После деревни и в том серьезном настроении, в котором находилась Наташа, всё это было дико и удивительно ей. Она не могла следить за ходом оперы, не могла даже слышать музыку: она видела только крашеные картоны и странно наряженных мужчин и женщин, при ярком свете странно двигавшихся, говоривших и певших; она знала, что всё это должно было представлять, но всё это было так вычурно фальшиво и ненатурально, что ей становилось то совестно за актеров, то смешно на них. Она оглядывалась вокруг себя, на лица зрителей, отыскивая в них то же чувство насмешки и недоумения, которое было в ней; но все лица были внимательны к тому, что происходило на сцене и выражали притворное, как казалось Наташе, восхищение. «Должно быть это так надобно!» думала Наташа. Она попеременно оглядывалась то на эти ряды припомаженных голов в партере, то на оголенных женщин в ложах, в особенности на свою соседку Элен, которая, совершенно раздетая, с тихой и спокойной улыбкой, не спуская глаз, смотрела на сцену, ощущая яркий свет, разлитый по всей зале и теплый, толпою согретый воздух.
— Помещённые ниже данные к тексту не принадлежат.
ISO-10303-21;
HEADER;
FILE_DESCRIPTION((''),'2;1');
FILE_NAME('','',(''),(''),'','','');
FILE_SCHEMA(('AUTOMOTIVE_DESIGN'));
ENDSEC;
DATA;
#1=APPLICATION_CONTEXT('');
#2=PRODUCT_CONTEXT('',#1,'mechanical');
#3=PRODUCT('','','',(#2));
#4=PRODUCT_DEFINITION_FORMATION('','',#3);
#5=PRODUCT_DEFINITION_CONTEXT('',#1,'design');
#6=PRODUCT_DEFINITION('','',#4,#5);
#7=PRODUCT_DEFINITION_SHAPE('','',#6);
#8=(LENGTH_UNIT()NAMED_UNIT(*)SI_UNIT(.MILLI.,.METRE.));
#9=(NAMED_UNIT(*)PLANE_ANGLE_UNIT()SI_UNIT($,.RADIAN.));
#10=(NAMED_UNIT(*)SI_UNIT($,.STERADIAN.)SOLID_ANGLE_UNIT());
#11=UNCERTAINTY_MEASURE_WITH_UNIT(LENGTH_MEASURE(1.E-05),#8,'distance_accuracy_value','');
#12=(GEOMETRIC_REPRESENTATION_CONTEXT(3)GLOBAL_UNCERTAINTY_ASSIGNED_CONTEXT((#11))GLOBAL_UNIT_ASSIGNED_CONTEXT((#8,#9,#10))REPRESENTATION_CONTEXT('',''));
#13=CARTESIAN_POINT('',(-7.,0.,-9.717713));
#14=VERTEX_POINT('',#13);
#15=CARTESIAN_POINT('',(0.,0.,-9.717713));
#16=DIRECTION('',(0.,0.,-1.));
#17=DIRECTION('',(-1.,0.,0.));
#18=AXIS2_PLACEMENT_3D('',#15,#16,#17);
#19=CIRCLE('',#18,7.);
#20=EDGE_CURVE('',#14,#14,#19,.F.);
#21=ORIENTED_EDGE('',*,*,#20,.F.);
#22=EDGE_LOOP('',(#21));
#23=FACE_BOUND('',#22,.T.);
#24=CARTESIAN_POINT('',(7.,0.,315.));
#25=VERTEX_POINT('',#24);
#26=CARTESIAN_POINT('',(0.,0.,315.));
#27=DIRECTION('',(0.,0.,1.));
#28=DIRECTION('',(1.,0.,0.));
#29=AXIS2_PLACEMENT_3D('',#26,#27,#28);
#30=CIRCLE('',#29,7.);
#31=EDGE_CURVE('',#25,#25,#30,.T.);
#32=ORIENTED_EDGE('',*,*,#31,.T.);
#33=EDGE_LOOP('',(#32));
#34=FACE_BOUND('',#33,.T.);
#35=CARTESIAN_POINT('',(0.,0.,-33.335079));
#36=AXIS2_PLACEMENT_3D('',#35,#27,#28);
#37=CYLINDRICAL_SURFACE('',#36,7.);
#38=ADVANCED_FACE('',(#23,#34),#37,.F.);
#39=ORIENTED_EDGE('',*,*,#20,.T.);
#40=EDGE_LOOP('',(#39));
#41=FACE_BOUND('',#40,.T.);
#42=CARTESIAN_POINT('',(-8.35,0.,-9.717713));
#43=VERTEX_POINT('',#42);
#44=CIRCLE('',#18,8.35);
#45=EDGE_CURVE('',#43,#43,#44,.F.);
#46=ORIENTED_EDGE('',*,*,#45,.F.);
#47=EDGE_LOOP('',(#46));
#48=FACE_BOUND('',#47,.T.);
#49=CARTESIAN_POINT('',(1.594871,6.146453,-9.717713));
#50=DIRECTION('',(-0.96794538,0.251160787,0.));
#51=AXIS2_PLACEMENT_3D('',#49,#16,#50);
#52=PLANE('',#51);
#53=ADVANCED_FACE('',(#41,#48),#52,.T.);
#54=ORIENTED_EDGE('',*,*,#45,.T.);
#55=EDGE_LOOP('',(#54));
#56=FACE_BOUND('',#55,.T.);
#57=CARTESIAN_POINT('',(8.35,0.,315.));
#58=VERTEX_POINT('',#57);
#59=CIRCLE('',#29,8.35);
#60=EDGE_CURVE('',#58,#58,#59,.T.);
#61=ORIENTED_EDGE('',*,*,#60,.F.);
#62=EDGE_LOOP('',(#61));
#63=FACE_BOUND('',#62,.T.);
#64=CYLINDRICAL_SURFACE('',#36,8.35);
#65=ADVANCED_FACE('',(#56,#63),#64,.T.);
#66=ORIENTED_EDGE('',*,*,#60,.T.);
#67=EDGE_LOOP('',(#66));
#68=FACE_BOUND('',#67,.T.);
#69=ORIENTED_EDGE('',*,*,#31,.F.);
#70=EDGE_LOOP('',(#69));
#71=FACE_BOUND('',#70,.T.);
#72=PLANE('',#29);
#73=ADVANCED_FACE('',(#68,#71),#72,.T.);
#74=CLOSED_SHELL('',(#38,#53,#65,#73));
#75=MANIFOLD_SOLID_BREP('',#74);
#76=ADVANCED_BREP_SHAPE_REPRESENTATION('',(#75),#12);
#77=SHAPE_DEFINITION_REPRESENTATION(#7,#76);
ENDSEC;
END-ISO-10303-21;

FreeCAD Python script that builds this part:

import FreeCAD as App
import Part
import Sketcher
from FreeCAD import Vector
Q = App.Units.Quantity

doc = App.newDocument("Part")
body = doc.addObject("PartDesign::Body", "Body")

# Sketch on XY plane
sketch1 = doc.addObject("Sketcher::SketchObject", "Sketch")
body.addObject(sketch1)
sketch1.AttachmentSupport = (doc.XY_Plane, [""])
sketch1.MapMode = "FlatFace"
sketch1.addGeometry([
    Part.Circle(Vector(0, 0, 0), Vector(0, 0, 1), 8),
    Part.Circle(Vector(0, 0, 0), Vector(0, 0, 1), 7),
], False)
sketch1.addConstraint([
    Sketcher.Constraint("Coincident", 0, 3, -1, 1),
    Sketcher.Constraint("Coincident", 1, 3, -1, 1),
    Sketcher.Constraint("Diameter", 1, Q("14 mm")),
    Sketcher.Constraint("Diameter", 0, Q("16.7 mm")),
])
pad1 = doc.addObject("PartDesign::Pad", "Pad")
body.addObject(pad1)
pad1.Profile = sketch1
pad1.Type = "TwoLengths"
pad1.Length = 315
pad1.Length2 = 9.717713

doc.recompute()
Наташа мало по малу начинала приходить в давно не испытанное ею состояние опьянения. Она не помнила, что она и где она и что перед ней делается. Она смотрела и думала, и самые странные мысли неожиданно, без связи, мелькали в ее голове. То ей приходила мысль вскочить на рампу и пропеть ту арию, которую пела актриса, то ей хотелось зацепить веером недалеко от нее сидевшего старичка, то перегнуться к Элен и защекотать ее.
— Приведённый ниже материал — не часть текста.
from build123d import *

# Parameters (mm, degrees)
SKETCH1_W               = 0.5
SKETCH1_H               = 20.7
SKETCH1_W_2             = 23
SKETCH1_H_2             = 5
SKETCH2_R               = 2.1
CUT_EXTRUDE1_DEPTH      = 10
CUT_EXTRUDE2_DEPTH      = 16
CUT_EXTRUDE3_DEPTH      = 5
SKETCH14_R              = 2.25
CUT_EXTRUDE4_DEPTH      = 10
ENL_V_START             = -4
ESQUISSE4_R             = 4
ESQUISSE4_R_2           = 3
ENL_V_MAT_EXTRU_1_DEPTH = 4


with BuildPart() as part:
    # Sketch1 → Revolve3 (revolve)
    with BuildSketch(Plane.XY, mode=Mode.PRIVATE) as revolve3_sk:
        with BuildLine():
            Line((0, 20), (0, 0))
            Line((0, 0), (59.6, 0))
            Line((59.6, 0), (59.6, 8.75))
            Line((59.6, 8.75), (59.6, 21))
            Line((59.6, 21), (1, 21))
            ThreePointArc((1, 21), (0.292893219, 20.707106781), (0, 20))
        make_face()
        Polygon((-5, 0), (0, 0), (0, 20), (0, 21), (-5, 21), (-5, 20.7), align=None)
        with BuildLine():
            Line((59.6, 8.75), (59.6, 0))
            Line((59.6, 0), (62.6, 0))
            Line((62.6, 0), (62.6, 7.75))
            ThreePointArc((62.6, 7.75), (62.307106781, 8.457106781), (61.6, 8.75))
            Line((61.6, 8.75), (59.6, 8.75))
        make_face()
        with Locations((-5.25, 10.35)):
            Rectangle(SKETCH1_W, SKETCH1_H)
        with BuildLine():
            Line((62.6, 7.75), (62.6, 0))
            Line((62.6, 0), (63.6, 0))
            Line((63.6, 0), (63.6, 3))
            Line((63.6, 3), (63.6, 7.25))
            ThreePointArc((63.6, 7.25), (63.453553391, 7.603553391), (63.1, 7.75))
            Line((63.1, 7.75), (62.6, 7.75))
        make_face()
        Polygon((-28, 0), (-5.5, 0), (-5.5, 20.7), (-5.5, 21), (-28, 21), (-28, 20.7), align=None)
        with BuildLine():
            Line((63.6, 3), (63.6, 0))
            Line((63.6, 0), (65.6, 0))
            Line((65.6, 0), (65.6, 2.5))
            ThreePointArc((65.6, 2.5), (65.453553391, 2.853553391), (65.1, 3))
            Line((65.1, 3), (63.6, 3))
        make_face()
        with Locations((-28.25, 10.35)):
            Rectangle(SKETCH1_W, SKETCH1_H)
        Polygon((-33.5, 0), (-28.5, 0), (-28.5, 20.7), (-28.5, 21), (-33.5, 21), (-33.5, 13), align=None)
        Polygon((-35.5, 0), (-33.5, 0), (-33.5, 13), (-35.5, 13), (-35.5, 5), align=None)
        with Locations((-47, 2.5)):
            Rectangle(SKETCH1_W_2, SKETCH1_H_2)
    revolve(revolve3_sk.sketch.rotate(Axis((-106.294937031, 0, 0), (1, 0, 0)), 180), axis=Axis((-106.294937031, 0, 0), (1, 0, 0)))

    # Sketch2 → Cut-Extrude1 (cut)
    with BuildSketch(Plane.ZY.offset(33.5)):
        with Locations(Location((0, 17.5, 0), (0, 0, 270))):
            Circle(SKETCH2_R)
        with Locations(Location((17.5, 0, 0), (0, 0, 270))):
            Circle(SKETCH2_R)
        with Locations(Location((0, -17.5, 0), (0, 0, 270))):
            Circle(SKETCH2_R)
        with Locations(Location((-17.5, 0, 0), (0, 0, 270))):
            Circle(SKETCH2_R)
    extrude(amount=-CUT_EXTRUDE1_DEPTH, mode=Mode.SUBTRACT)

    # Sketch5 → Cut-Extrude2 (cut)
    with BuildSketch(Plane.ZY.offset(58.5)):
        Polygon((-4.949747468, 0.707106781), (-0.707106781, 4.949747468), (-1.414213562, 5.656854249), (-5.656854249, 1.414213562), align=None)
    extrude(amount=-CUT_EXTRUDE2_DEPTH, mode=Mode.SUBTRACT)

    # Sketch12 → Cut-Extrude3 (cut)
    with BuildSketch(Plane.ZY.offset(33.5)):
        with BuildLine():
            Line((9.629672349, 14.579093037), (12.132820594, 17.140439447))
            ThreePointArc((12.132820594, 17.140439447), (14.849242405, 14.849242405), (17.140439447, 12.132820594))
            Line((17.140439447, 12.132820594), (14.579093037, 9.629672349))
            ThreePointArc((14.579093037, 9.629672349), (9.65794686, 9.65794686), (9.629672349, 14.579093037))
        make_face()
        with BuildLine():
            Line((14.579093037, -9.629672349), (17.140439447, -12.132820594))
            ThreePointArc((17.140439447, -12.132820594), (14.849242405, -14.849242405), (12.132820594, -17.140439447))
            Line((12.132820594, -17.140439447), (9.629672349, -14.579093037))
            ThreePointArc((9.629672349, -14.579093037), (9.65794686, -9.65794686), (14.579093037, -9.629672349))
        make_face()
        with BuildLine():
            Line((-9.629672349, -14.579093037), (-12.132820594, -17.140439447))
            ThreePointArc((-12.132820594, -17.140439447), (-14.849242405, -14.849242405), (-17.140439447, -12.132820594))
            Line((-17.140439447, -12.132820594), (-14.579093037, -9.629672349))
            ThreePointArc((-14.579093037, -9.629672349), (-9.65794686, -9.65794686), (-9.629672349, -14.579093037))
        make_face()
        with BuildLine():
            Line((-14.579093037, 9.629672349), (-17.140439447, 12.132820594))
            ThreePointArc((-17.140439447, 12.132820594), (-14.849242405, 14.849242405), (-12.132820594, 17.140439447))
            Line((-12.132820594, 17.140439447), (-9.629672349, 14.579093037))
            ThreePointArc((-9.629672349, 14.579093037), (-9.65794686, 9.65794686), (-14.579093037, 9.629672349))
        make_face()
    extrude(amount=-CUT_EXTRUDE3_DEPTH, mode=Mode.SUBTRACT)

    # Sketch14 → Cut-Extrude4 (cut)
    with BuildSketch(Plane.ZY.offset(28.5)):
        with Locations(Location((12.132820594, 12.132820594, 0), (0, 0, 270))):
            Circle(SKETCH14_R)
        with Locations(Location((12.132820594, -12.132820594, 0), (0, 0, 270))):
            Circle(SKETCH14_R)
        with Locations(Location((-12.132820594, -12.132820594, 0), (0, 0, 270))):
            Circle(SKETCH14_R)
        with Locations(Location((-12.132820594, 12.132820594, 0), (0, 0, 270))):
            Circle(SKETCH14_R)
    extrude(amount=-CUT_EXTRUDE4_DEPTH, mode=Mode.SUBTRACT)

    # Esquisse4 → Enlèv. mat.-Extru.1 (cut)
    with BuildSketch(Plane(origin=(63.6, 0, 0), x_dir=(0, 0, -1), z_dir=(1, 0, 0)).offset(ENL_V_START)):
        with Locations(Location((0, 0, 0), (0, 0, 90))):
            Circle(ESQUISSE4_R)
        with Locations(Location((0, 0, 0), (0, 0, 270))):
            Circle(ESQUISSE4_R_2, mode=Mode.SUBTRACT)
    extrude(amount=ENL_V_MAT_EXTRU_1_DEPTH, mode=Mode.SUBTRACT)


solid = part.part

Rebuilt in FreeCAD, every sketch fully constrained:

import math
import FreeCAD as App
import Part
import Sketcher
from FreeCAD import Vector
Q = App.Units.Quantity


def add_polygon(sketch, points):
    """Adds a closed chain of lines whose ends are joined by coincident constraints."""
    first, n = sketch.GeometryCount, len(points)
    for a, b in zip(points, points[1:] + points[:1]):
        sketch.addGeometry(Part.LineSegment(App.Vector(*a, 0), App.Vector(*b, 0)), False)
    for i in range(n):
        sketch.addConstraint(Sketcher.Constraint("Coincident", first + i, 2, first + (i + 1) % n, 1))

doc = App.newDocument("Part")
body = doc.addObject("PartDesign::Body", "Body")

# Sketch on XY plane
sketch1 = body.newObject("Sketcher::SketchObject", "Sketch")
sketch1.AttachmentSupport = (doc.getObject("XY_Plane"), [""])
sketch1.MapMode = "FlatFace"
sketch1.addGeometry(Part.LineSegment(Vector(59.6, 8.75, 0), Vector(59.6, 21, 0)), False)
sketch1.addGeometry(Part.LineSegment(Vector(59.6, 21, 0), Vector(1, 21, 0)), False)
sketch1.addGeometry(Part.ArcOfCircle(Part.Circle(Vector(1, 20, 0), Vector(0, 0, 1), 1), math.radians(90), math.radians(180)), False)
sketch1.addGeometry(Part.LineSegment(Vector(0, 20, 0), Vector(0, 21, 0)), False)
sketch1.addGeometry(Part.LineSegment(Vector(0, 21, 0), Vector(-5, 21, 0)), False)
sketch1.addGeometry(Part.LineSegment(Vector(-5, 21, 0), Vector(-5, 20.7, 0)), False)
sketch1.addGeometry(Part.LineSegment(Vector(-5, 20.7, 0), Vector(-5.5, 20.7, 0)), False)
sketch1.addGeometry(Part.LineSegment(Vector(-5.5, 20.7, 0), Vector(-5.5, 21, 0)), False)
sketch1.addGeometry(Part.LineSegment(Vector(-5.5, 21, 0), Vector(-28, 21, 0)), False)
sketch1.addGeometry(Part.LineSegment(Vector(-28, 21, 0), Vector(-28, 20.7, 0)), False)
sketch1.addGeometry(Part.LineSegment(Vector(-28, 20.7, 0), Vector(-28.5, 20.7, 0)), False)
sketch1.addGeometry(Part.LineSegment(Vector(-28.5, 20.7, 0), Vector(-28.5, 21, 0)), False)
sketch1.addGeometry(Part.LineSegment(Vector(-28.5, 21, 0), Vector(-33.5, 21, 0)), False)
sketch1.addGeometry(Part.LineSegment(Vector(-33.5, 21, 0), Vector(-33.5, 13, 0)), False)
sketch1.addGeometry(Part.LineSegment(Vector(-33.5, 13, 0), Vector(-35.5, 13, 0)), False)
sketch1.addGeometry(Part.LineSegment(Vector(-35.5, 13, 0), Vector(-35.5, 5, 0)), False)
sketch1.addGeometry(Part.LineSegment(Vector(-35.5, 5, 0), Vector(-58.5, 5, 0)), False)
sketch1.addGeometry(Part.LineSegment(Vector(-58.5, 5, 0), Vector(-58.5, 0, 0)), False)
sketch1.addGeometry(Part.LineSegment(Vector(-58.5, 0, 0), Vector(65.6, 0, 0)), False)
sketch1.addGeometry(Part.LineSegment(Vector(65.6, 0, 0), Vector(65.6, 2.5, 0)), False)
sketch1.addGeometry(Part.ArcOfCircle(Part.Circle(Vector(65.1, 2.5, 0), Vector(0, 0, 1), 0.5), math.radians(0), math.radians(90)), False)
sketch1.addGeometry(Part.LineSegment(Vector(65.1, 3, 0), Vector(63.6, 3, 0)), False)
sketch1.addGeometry(Part.LineSegment(Vector(63.6, 3, 0), Vector(63.6, 7.25, 0)), False)
sketch1.addGeometry(Part.ArcOfCircle(Part.Circle(Vector(63.1, 7.25, 0), Vector(0, 0, 1), 0.5), math.radians(0), math.radians(90)), False)
sketch1.addGeometry(Part.LineSegment(Vector(63.1, 7.75, 0), Vector(62.6, 7.75, 0)), False)
sketch1.addGeometry(Part.ArcOfCircle(Part.Circle(Vector(61.6, 7.75, 0), Vector(0, 0, 1), 1), math.radians(0), math.radians(90)), False)
sketch1.addGeometry(Part.LineSegment(Vector(61.6, 8.75, 0), Vector(59.6, 8.75, 0)), False)
sketch1.addConstraint(Sketcher.Constraint("Coincident", 0, 2, 1, 1))
sketch1.addConstraint(Sketcher.Constraint("Tangent", 1, 2, 2, 1))
sketch1.addConstraint(Sketcher.Constraint("Tangent", 2, 2, 3, 1))
sketch1.addConstraint(Sketcher.Constraint("Coincident", 3, 2, 4, 1))
sketch1.addConstraint(Sketcher.Constraint("Coincident", 4, 2, 5, 1))
sketch1.addConstraint(Sketcher.Constraint("Coincident", 5, 2, 6, 1))
sketch1.addConstraint(Sketcher.Constraint("Coincident", 6, 2, 7, 1))
sketch1.addConstraint(Sketcher.Constraint("Coincident", 7, 2, 8, 1))
sketch1.addConstraint(Sketcher.Constraint("Coincident", 8, 2, 9, 1))
sketch1.addConstraint(Sketcher.Constraint("Coincident", 9, 2, 10, 1))
sketch1.addConstraint(Sketcher.Constraint("Coincident", 10, 2, 11, 1))
sketch1.addConstraint(Sketcher.Constraint("Coincident", 11, 2, 12, 1))
sketch1.addConstraint(Sketcher.Constraint("Coincident", 12, 2, 13, 1))
sketch1.addConstraint(Sketcher.Constraint("Coincident", 13, 2, 14, 1))
sketch1.addConstraint(Sketcher.Constraint("Coincident", 14, 2, 15, 1))
sketch1.addConstraint(Sketcher.Constraint("Coincident", 15, 2, 16, 1))
sketch1.addConstraint(Sketcher.Constraint("Coincident", 16, 2, 17, 1))
sketch1.addConstraint(Sketcher.Constraint("Coincident", 17, 2, 18, 1))
sketch1.addConstraint(Sketcher.Constraint("Coincident", 18, 2, 19, 1))
sketch1.addConstraint(Sketcher.Constraint("Tangent", 19, 2, 20, 1))
sketch1.addConstraint(Sketcher.Constraint("Tangent", 20, 2, 21, 1))
sketch1.addConstraint(Sketcher.Constraint("Coincident", 21, 2, 22, 1))
sketch1.addConstraint(Sketcher.Constraint("Tangent", 22, 2, 23, 1))
sketch1.addConstraint(Sketcher.Constraint("Tangent", 23, 2, 24, 1))
sketch1.addConstraint(Sketcher.Constraint("Coincident", 24, 2, 25, 1))
sketch1.addConstraint(Sketcher.Constraint("Tangent", 25, 2, 26, 1))
sketch1.addConstraint(Sketcher.Constraint("Coincident", 26, 2, 0, 1))
sketch1.addConstraint(Sketcher.Constraint("Vertical", 0))
sketch1.addConstraint(Sketcher.Constraint("Horizontal", 1))
sketch1.addConstraint(Sketcher.Constraint("Vertical", 3))
sketch1.addConstraint(Sketcher.Constraint("Horizontal", 4))
sketch1.addConstraint(Sketcher.Constraint("Vertical", 5))
sketch1.addConstraint(Sketcher.Constraint("Horizontal", 6))
sketch1.addConstraint(Sketcher.Constraint("Vertical", 7))
sketch1.addConstraint(Sketcher.Constraint("Horizontal", 8))
sketch1.addConstraint(Sketcher.Constraint("Vertical", 9))
sketch1.addConstraint(Sketcher.Constraint("Horizontal", 10))
sketch1.addConstraint(Sketcher.Constraint("Vertical", 11))
sketch1.addConstraint(Sketcher.Constraint("Horizontal", 12))
sketch1.addConstraint(Sketcher.Constraint("Vertical", 13))
sketch1.addConstraint(Sketcher.Constraint("Horizontal", 14))
sketch1.addConstraint(Sketcher.Constraint("Vertical", 15))
sketch1.addConstraint(Sketcher.Constraint("Horizontal", 16))
sketch1.addConstraint(Sketcher.Constraint("Vertical", 17))
sketch1.addConstraint(Sketcher.Constraint("Horizontal", 18))
sketch1.addConstraint(Sketcher.Constraint("Vertical", 19))
sketch1.addConstraint(Sketcher.Constraint("Horizontal", 21))
sketch1.addConstraint(Sketcher.Constraint("Vertical", 22))
sketch1.addConstraint(Sketcher.Constraint("Horizontal", 24))
sketch1.addConstraint(Sketcher.Constraint("Horizontal", 26))
sketch1.addConstraint(Sketcher.Constraint("Equal", 20, 23))
sketch1.addConstraint(Sketcher.Constraint("Equal", 2, 25))
sketch1.addConstraint(Sketcher.Constraint("PointOnObject", 2, 2, -2))
sketch1.addConstraint(Sketcher.Constraint("PointOnObject", 17, 2, -1))
sketch1.addConstraint(Sketcher.Constraint("Horizontal", 1, 2, 3, 2))
sketch1.addConstraint(Sketcher.Constraint("Horizontal", 4, 2, 7, 2))
sketch1.addConstraint(Sketcher.Constraint("Horizontal", 6, 2, 9, 2))
sketch1.addConstraint(Sketcher.Constraint("Horizontal", 8, 2, 11, 2))
sketch1.addConstraint(Sketcher.Constraint("Horizontal", 25, 3, 23, 2))
sketch1.addConstraint(Sketcher.Constraint("Equal", 6, 10))
sketch1.addConstraint(Sketcher.Constraint("Equal", 4, 12))
sketch1.addConstraint(Sketcher.Constraint("Equal", 10, 24))
sketch1.addConstraint(Sketcher.Constraint("Equal", 14, 26))
sketch1.addConstraint(Sketcher.Constraint("Equal", 13, 15))
sketch1.addConstraint(Sketcher.Constraint("Equal", 12, 17))
sketch1.addConstraint(Sketcher.Constraint("Radius", 2, Q("1 mm")))
sketch1.addConstraint(Sketcher.Constraint("Radius", 20, Q("0.5 mm")))
sketch1.addConstraint(Sketcher.Constraint("DistanceX", 4, 2, 4, 1, Q("5 mm")))
sketch1.addConstraint(Sketcher.Constraint("DistanceX", 14, 2, 14, 1, Q("2 mm")))
sketch1.addConstraint(Sketcher.Constraint("DistanceX", 16, 2, 16, 1, Q("23 mm")))
sketch1.addConstraint(Sketcher.Constraint("DistanceY", 13, 2, 13, 1, Q("8 mm")))
sketch1.addConstraint(Sketcher.Constraint("DistanceX", 1, 2, 1, 1, Q("58.6 mm")))
sketch1.addConstraint(Sketcher.Constraint("DistanceX", 6, 2, 6, 1, Q("0.5 mm")))
sketch1.addConstraint(Sketcher.Constraint("DistanceX", 8, 2, 8, 1, Q("22.5 mm")))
В одну из минут, когда на сцене всё затихло, ожидая начала арии, скрипнула входная дверь партера, на той стороне где была ложа Ростовых, и зазвучали шаги запоздавшего мужчины. «Вот он Курагин!» прошептал Шиншин. Графиня Безухова улыбаясь обернулась к входящему. Наташа посмотрела по направлению глаз графини Безуховой и увидала необыкновенно красивого адъютанта, с самоуверенным и вместе учтивым видом подходящего к их ложе. Это был Анатоль Курагин, которого она давно видела и заметила на петербургском бале. Он был теперь в адъютантском мундире с одной эполетой и эксельбантом. Он шел сдержанной, молодецкой походкой, которая была бы смешна, ежели бы он не был так хорош собой и ежели бы на прекрасном лице не было бы такого выражения добродушного довольства и веселия. Несмотря на то, что действие шло, он, не торопясь, слегка побрякивая шпорами и саблей, плавно и высоко неся свою надушенную красивую голову, шел по ковру коридора. Взглянув на Наташу, он подошел к сестре, положил руку в облитой перчатке на край ее ложи, тряхнул ей головой и наклонясь спросил что то, указывая на Наташу.
– Mais charmante! [Очень мила!] – сказал он, очевидно про Наташу, как не столько слышала она, сколько поняла по движению его губ. Потом он прошел в первый ряд и сел подле Долохова, дружески и небрежно толкнув локтем того Долохова, с которым так заискивающе обращались другие. Он, весело подмигнув, улыбнулся ему и уперся ногой в рампу.